For reference, the two encodings are:

  1. The "CompactSize" encoding (also known as "VarInt" outside Bitcoin Core):
  • 0..0xfc: 1 byte (the value itself)
  • 0xfd..0xffff: 3 bytes (0xfd + 2 byte little endian encoding)
  • 0x10000..0xffffffff: 5 bytes (0xfe + 4 byte little endian encoding)
  • 0x100000000..0xffffffffffffffff: 9 bytes (0xff + 8 byte little endian encoding)
  1. The "VarInt" encoding (not used outside Bitcoin Core) is described inside the codebase as follows:

Variable-length integers: bytes are a MSB base-128 encoding of the number.

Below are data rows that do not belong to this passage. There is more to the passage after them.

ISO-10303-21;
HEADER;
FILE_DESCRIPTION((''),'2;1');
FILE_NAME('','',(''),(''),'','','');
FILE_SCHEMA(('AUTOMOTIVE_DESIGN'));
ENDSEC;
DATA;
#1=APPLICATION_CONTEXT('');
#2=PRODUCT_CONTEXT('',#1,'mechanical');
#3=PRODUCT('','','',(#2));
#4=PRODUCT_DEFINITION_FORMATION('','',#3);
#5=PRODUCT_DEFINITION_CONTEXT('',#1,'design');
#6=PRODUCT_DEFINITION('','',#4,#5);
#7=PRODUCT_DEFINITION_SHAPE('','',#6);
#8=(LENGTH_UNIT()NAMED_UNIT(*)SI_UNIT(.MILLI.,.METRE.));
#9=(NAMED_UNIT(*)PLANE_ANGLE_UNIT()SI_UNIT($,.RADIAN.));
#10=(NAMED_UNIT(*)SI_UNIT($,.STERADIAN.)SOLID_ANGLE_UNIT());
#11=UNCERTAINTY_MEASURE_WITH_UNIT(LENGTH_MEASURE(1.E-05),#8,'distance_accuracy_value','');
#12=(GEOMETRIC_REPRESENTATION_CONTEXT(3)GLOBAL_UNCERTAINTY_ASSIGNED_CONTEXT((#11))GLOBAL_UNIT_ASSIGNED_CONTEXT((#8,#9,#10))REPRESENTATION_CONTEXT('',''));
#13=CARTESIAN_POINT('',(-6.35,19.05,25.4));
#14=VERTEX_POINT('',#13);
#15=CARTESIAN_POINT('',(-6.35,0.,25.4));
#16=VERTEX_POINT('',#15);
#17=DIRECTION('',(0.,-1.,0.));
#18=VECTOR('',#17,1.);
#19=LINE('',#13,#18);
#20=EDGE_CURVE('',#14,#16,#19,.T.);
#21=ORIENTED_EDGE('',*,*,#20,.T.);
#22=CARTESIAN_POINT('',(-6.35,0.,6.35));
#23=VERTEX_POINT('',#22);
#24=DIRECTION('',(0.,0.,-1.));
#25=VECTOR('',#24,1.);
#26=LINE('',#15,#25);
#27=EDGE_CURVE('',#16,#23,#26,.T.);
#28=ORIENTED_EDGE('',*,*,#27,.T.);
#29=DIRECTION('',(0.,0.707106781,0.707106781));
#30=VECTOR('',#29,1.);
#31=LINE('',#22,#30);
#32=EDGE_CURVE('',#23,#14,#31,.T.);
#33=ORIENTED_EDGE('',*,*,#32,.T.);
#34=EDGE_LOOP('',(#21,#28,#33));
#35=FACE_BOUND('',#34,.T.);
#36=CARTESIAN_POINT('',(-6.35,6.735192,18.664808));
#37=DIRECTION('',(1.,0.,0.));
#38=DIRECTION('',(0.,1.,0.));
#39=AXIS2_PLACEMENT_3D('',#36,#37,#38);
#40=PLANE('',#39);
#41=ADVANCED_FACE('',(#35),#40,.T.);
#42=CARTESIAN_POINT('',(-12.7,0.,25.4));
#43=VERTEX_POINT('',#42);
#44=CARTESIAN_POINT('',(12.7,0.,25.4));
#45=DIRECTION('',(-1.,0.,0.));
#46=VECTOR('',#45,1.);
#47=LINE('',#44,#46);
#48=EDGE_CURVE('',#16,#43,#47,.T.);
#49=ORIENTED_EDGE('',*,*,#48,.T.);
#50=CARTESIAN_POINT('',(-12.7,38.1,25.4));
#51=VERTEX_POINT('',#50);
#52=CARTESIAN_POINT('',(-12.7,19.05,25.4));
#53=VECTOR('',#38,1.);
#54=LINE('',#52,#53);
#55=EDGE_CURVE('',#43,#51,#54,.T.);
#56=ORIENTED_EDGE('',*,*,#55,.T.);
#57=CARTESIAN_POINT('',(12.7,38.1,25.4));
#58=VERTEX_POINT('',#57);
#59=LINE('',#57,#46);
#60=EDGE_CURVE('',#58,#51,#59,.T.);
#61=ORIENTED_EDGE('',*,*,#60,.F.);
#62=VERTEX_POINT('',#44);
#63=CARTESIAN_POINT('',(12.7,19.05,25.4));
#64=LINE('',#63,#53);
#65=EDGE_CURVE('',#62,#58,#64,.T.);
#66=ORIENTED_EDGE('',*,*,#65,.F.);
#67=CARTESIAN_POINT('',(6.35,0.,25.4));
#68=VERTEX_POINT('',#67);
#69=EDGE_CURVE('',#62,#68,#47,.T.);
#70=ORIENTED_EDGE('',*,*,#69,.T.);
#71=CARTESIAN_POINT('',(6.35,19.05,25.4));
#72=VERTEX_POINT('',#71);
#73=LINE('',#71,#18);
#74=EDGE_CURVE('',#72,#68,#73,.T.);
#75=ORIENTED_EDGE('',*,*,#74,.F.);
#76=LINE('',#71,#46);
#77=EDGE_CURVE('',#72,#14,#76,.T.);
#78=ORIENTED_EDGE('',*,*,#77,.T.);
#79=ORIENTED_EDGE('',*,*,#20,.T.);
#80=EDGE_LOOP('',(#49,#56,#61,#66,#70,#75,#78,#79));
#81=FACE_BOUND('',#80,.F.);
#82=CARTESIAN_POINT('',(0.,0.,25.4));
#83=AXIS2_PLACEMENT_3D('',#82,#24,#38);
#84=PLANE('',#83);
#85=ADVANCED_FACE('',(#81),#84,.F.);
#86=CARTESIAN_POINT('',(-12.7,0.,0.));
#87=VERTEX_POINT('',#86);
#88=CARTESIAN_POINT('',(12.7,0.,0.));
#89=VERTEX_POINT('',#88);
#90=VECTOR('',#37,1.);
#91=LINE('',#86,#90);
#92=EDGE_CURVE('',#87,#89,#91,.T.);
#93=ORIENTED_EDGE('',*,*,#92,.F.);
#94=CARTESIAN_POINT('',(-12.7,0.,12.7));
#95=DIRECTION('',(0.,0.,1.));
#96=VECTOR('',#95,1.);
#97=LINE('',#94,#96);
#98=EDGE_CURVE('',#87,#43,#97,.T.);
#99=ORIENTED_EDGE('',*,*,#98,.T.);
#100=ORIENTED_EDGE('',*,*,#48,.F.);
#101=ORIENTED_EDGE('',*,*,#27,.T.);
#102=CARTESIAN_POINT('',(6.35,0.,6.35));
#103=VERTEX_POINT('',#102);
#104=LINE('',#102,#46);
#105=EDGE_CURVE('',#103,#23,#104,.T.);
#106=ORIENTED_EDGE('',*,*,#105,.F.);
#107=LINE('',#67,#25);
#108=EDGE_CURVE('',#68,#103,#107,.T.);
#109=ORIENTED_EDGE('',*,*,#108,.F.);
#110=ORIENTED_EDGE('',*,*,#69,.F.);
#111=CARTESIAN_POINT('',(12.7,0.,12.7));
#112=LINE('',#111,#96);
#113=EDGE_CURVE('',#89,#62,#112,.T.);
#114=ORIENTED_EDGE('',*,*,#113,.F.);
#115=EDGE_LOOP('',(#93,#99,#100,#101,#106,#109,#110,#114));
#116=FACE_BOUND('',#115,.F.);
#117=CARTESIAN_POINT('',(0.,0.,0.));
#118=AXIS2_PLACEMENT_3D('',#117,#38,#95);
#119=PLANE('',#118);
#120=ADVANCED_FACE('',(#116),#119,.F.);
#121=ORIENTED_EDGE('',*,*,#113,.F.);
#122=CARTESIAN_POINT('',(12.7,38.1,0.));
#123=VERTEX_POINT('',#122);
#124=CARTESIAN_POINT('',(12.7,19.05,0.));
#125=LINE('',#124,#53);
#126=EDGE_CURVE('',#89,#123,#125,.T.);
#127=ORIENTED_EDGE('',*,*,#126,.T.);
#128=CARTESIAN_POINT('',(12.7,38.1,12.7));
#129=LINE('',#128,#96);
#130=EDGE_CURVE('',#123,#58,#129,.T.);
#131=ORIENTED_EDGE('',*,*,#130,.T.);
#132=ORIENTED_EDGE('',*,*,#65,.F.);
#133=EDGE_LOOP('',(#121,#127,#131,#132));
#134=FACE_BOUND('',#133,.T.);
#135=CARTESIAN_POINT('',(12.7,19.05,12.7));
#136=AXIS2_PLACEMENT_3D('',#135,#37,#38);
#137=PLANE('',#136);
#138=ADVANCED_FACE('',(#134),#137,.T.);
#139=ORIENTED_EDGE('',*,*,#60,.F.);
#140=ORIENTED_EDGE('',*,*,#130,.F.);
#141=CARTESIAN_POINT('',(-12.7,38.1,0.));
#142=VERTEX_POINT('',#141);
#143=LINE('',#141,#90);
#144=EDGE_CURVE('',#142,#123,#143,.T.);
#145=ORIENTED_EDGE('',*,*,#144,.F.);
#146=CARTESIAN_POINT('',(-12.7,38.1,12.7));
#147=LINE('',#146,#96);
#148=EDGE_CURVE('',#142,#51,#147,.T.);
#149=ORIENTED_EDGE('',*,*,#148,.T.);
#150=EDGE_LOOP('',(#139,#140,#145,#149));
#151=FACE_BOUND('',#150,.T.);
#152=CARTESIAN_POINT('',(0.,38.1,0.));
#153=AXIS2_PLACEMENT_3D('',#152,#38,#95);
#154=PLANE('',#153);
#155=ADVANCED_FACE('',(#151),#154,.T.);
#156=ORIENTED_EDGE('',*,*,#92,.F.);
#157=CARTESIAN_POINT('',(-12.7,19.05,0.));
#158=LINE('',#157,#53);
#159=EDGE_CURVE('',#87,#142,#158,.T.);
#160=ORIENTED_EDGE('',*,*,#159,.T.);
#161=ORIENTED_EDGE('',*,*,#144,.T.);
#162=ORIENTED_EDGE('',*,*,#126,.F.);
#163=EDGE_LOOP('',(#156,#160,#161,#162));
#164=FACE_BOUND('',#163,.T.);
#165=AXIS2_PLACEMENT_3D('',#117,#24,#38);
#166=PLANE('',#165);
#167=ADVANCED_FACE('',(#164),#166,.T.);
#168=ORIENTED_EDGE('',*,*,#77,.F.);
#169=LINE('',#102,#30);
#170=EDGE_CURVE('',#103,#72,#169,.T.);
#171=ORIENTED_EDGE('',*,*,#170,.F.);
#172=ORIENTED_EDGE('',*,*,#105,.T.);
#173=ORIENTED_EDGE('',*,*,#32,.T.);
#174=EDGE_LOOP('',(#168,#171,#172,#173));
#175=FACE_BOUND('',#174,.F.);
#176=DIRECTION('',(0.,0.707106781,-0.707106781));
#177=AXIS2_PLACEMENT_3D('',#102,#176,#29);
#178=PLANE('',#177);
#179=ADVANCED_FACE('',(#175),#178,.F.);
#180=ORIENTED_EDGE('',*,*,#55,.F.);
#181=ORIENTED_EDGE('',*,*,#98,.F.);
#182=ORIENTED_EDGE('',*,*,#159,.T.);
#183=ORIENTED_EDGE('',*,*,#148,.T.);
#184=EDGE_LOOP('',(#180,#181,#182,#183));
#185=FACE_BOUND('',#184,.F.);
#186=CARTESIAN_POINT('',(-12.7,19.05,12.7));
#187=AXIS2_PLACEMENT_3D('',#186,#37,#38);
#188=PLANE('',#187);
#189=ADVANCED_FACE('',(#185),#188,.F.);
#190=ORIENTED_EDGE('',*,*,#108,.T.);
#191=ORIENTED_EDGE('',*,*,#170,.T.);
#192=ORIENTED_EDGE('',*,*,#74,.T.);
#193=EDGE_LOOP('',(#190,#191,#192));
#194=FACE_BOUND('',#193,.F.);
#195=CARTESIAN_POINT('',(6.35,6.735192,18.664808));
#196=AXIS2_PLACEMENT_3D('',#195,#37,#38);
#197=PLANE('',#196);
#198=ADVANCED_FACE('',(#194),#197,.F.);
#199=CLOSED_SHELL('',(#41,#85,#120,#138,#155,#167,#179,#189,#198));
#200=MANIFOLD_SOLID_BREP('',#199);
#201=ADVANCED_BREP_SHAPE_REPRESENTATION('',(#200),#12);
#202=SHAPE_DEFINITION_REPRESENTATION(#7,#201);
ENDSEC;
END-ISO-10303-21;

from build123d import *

# Parameters (mm, degrees)
F0_W     = 38.1
F0_H     = 25.4
F1_DEPTH = 12.7
F3_START = -6.35
F3_DEPTH = 12.7


with BuildPart() as f1:
    # F0 (on Right) → F1 (new body, symmetric)
    with BuildSketch(Plane.YZ):
        with Locations((19.05, 12.7)):
            Rectangle(F0_W, F0_H)
    extrude(amount=F1_DEPTH, both=True)

    # F2 (on face) → F3 (cut)
    with BuildSketch(Plane.YZ.offset(12.7).offset(F3_START)):
        Polygon((0, 25.4), (0, 6.35), (19.05, 25.4), align=None)
    extrude(amount=-F3_DEPTH, mode=Mode.SUBTRACT)


solid = f1.part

The high bit in each byte signifies whether another digit follows. To make sure the encoding is one-to-one, one is subtracted from all but the last digit. Thus, the byte sequence a[] with length len, where all but the last byte has bit 128 set, encodes the number:

(a[len-1] & 0x7F) + sum(i=1..len-1, 128^i*((a[len-i-1] & 0x7F)+1))

It results in the following sizes:

  • 0..0x7f: 1 byte
  • 0x80..0x407f: 2 bytes
  • 0x4080..0x20407f: 3 bytes
  • 0x204080..0x1020407f: 4 bytes
  • 0x10204080..0x81020407f: 5 bytes
  • ...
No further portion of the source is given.